📄 keywordsearch.java
字号:
/*
* $Id: KeywordSearch.java,v 1.13 2004/02/05 09:45:26 jonesde Exp $
*
* Copyright (c) 2001 The Open For Business Project (www.ofbiz.org)
* Permission is hereby granted, free of charge, to any person obtaining a
* copy of this software and associated documentation files (the "Software"),
* to deal in the Software without restriction, including without limitation
* the rights to use, copy, modify, merge, publish, distribute, sublicense,
* and/or sell copies of the Software, and to permit persons to whom the
* Software is furnished to do so, subject to the following conditions:
*
* The above copyright notice and this permission notice shall be included
* in all copies or substantial portions of the Software.
*
* THE SOFTWARE IS PROVIDED "AS IS", WITHOUT WARRANTY OF ANY KIND, EXPRESS
* OR IMPLIED, INCLUDING BUT NOT LIMITED TO THE WARRANTIES OF
* MERCHANTABILITY, FITNESS FOR A PARTICULAR PURPOSE AND NONINFRINGEMENT.
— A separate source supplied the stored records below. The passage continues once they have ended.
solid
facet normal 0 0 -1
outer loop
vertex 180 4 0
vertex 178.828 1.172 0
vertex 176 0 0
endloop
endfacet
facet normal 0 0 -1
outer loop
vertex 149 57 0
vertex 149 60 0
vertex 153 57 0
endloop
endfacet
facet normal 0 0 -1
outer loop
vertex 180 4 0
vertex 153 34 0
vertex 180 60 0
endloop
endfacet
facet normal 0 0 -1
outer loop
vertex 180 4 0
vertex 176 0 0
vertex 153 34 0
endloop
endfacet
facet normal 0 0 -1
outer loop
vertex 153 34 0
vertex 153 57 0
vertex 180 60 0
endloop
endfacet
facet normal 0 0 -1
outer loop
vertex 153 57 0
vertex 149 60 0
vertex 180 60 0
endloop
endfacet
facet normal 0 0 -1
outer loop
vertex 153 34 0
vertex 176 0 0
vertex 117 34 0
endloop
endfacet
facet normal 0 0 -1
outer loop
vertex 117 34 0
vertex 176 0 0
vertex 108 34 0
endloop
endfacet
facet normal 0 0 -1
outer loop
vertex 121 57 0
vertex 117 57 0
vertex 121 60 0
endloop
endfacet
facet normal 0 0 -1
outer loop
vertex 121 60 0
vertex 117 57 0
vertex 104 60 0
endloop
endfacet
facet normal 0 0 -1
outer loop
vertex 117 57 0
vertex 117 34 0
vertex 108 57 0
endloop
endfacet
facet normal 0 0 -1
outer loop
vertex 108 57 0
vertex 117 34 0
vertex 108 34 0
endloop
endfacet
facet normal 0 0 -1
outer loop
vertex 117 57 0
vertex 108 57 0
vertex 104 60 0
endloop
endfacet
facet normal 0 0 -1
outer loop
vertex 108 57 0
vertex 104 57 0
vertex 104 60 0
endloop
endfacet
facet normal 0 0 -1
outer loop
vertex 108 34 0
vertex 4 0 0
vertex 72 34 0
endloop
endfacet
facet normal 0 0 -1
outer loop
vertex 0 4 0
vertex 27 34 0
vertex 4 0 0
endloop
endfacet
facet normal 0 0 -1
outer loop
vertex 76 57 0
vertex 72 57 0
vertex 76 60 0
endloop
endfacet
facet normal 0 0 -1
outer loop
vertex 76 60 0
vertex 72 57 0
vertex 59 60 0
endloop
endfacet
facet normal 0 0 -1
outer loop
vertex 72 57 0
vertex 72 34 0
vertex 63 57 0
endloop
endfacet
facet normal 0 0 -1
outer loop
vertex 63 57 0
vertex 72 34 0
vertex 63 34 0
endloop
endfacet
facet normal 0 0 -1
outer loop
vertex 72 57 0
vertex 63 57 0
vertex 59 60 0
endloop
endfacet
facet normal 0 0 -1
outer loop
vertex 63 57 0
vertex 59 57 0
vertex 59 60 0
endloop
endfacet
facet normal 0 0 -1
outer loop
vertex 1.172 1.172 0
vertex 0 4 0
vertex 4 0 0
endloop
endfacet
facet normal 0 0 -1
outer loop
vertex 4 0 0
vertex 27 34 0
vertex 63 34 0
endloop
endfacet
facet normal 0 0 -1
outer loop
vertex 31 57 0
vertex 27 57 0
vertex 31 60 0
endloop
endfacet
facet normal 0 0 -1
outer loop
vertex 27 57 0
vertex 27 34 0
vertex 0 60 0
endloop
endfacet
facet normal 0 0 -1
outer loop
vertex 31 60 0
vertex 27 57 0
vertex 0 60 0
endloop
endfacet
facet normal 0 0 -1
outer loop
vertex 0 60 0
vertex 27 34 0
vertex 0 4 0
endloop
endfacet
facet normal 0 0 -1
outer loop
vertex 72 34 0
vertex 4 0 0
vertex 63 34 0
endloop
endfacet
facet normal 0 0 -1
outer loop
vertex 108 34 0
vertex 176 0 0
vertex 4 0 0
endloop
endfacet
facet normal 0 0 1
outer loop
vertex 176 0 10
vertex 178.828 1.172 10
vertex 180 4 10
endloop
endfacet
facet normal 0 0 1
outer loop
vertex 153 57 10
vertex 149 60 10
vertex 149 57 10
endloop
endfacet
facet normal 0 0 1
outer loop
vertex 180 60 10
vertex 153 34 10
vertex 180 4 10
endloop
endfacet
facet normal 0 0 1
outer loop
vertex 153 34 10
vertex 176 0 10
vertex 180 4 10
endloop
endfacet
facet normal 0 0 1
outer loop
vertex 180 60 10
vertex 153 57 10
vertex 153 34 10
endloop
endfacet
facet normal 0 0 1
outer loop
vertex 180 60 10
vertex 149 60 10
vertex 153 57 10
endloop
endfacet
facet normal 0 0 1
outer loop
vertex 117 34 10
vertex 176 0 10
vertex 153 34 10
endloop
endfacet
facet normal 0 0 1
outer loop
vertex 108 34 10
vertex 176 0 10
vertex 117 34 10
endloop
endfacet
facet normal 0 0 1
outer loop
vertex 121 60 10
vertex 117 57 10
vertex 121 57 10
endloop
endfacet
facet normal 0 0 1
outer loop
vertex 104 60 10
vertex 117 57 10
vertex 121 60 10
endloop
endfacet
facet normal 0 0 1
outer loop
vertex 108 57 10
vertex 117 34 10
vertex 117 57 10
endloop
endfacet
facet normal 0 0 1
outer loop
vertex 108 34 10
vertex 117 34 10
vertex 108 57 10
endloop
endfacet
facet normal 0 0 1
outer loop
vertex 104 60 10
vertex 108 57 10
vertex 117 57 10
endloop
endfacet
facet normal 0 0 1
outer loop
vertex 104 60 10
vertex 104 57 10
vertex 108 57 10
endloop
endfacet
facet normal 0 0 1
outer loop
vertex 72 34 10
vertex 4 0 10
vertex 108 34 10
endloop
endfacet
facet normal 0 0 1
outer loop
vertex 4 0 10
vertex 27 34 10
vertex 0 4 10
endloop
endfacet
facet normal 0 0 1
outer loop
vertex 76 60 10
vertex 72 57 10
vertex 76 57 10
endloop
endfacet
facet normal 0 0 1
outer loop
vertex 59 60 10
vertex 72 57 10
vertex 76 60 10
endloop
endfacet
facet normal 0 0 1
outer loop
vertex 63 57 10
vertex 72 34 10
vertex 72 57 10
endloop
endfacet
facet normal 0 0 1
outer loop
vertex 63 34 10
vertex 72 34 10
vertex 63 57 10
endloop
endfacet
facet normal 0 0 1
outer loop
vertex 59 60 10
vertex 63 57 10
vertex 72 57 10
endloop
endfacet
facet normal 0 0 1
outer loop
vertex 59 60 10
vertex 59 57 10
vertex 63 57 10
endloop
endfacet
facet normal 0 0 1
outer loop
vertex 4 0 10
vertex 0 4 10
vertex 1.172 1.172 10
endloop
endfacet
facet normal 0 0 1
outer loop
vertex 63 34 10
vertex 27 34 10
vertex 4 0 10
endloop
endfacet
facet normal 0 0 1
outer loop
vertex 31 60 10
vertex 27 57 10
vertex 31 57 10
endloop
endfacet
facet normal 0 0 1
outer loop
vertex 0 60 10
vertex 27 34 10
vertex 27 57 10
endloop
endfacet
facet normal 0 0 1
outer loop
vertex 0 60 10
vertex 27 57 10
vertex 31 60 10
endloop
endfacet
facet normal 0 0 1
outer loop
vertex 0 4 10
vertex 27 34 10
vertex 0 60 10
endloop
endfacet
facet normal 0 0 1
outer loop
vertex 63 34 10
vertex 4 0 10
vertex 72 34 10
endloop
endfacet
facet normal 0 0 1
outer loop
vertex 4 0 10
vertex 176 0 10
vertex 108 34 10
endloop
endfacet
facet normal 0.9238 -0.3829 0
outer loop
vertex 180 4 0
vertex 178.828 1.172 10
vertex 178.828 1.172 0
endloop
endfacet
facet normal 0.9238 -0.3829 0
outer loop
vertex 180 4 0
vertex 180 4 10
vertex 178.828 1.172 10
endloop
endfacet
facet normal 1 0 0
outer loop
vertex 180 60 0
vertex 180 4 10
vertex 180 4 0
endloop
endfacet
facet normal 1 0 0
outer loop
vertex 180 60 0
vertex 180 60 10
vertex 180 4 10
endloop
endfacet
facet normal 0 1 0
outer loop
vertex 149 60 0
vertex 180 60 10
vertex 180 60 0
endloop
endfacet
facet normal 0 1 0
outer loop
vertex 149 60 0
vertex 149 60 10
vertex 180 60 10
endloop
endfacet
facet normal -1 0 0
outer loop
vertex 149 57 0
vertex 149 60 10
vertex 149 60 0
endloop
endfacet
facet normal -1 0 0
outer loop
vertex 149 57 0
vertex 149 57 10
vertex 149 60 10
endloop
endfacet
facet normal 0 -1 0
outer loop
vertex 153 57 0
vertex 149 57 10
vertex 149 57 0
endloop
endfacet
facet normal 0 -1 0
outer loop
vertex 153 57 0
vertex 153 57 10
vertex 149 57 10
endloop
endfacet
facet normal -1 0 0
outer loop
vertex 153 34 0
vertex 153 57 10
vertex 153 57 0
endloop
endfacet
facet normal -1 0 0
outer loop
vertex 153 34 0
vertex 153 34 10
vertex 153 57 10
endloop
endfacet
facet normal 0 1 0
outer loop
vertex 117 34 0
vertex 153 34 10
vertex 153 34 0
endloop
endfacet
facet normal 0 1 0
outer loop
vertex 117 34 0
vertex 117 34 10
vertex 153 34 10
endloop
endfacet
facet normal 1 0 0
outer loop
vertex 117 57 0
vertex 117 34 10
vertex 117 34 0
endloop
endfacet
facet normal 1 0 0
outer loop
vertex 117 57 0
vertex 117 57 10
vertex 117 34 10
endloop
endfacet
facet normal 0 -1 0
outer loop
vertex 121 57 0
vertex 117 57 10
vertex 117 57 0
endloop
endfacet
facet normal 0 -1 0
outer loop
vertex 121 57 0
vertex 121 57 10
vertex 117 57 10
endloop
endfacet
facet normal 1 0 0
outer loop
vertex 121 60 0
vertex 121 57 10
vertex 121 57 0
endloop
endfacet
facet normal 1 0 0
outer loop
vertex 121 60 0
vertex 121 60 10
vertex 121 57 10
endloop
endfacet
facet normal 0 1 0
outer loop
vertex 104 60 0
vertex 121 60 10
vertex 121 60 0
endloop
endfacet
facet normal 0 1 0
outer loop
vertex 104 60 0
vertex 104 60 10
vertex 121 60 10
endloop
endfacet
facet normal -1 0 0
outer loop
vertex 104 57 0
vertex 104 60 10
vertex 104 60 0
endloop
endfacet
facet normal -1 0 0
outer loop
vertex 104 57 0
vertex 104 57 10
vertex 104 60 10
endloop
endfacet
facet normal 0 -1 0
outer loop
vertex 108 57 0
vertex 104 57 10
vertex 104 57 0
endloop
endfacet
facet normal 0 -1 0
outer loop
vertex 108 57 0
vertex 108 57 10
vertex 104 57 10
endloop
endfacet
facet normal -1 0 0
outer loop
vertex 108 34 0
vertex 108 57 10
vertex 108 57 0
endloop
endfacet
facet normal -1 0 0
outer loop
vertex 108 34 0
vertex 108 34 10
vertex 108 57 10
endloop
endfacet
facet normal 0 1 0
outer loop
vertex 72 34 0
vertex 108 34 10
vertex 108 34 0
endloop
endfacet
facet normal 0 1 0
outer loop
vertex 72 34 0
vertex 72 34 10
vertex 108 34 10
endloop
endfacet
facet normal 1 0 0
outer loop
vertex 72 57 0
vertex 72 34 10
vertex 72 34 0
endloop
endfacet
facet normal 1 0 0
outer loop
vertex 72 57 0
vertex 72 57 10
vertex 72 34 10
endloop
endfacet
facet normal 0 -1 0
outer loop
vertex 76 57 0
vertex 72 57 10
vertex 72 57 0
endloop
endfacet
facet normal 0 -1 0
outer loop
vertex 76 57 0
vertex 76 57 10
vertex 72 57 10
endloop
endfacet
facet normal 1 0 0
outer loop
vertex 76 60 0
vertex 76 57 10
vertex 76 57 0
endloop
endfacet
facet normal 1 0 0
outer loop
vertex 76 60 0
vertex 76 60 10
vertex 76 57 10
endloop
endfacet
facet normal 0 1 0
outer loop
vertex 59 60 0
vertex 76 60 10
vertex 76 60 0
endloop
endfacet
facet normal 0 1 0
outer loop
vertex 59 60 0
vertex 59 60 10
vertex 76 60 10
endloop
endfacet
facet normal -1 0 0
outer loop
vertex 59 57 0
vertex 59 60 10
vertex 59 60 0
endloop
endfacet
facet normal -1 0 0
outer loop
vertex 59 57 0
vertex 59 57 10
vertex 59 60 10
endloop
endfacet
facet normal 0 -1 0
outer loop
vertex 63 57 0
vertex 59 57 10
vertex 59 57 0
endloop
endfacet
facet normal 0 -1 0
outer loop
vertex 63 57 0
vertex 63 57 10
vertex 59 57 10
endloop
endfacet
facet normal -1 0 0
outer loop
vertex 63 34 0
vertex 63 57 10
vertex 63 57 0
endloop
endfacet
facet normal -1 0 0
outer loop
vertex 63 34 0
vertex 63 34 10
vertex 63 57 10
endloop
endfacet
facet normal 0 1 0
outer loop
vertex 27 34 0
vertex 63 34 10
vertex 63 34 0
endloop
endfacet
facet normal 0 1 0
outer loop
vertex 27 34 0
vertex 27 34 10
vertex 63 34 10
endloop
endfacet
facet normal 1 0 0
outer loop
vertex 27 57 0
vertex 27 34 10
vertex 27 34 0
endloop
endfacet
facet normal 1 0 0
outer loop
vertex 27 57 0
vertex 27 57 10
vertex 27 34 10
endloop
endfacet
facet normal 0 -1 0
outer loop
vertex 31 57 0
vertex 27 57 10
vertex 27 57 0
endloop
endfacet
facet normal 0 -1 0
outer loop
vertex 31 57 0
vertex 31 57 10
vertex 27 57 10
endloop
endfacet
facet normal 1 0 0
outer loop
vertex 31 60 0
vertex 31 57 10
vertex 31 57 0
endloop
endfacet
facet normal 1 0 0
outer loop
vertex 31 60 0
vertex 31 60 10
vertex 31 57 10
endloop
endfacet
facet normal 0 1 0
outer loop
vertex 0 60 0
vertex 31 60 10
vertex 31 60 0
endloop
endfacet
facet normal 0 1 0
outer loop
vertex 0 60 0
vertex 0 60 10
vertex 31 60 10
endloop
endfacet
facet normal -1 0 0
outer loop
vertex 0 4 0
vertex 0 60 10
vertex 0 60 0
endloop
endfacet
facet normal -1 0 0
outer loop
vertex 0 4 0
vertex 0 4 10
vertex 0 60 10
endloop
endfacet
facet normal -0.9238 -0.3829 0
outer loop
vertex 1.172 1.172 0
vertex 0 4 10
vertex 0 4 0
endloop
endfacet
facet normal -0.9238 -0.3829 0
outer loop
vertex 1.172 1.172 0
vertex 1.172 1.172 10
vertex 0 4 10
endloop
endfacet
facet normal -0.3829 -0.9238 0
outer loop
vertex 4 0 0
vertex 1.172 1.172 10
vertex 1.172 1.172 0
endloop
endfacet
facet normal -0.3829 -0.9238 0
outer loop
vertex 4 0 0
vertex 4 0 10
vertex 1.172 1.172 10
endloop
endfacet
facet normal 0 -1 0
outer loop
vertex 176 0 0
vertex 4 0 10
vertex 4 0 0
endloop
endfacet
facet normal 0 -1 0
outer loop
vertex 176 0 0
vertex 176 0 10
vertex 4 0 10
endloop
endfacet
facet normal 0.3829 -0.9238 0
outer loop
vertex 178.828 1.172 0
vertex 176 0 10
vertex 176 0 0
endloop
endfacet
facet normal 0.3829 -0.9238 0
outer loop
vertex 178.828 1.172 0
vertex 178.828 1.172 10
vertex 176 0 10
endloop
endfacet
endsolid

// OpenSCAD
$fn = 32;

// ----------------------------------------------------------------------
// Oversize slot bar: 180 mm bar with 3 oversize windows
// ----------------------------------------------------------------------

// --- parameters (mm) ---
profile_height = 10;      // extrusion height
profile_points = 32;      // points of the closed outline

profile = [[0, 4], [1.172, 1.172], [4, 0], [176, 0], [178.828, 1.172], [180, 4], [180, 60], [149, 60], [149, 57], [153, 57], [153, 34], [117, 34], [117, 57], [121, 57], [121, 60], [104, 60], [104, 57], [108, 57], [108, 34], [72, 34], [72, 57], [76, 57], [76, 60], [59, 60], [59, 57], [63, 57], [63, 34], [27, 34], [27, 57], [31, 57], [31, 60], [0, 60]];  // single closed polygon, 32 points, counter clockwise

// --- the one profile operation ---
linear_extrude(height = profile_height) polygon(points = profile);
* IN NO EVENT SHALL THE AUTHORS OR COPYRIGHT HOLDERS BE LIABLE FOR ANY
* CLAIM, DAMAGES OR OTHER LIABILITY, WHETHER IN AN ACTION OF CONTRACT, TORT
* OR OTHERWISE, ARISING FROM, OUT OF OR IN CONNECTION WITH THE SOFTWARE OR
* THE USE OR OTHER DEALINGS IN THE SOFTWARE.
*/
package org.ofbiz.product.product;
import java.util.HashMap;
import java.util.HashSet;
import java.util.Iterator;
import java.util.List;
import java.util.Map;
import java.util.Set;
import java.util.StringTokenizer;
import java.util.TreeSet;
import org.ofbiz.base.util.Debug;
import org.ofbiz.base.util.UtilMisc;
import org.ofbiz.base.util.UtilProperties;
import org.ofbiz.base.util.UtilValidate;
import org.ofbiz.entity.GenericDelegator;
import org.ofbiz.entity.GenericEntityException;
import org.ofbiz.entity.GenericValue;
/**
* Does a product search by keyword using the PRODUCT_KEYWORD table.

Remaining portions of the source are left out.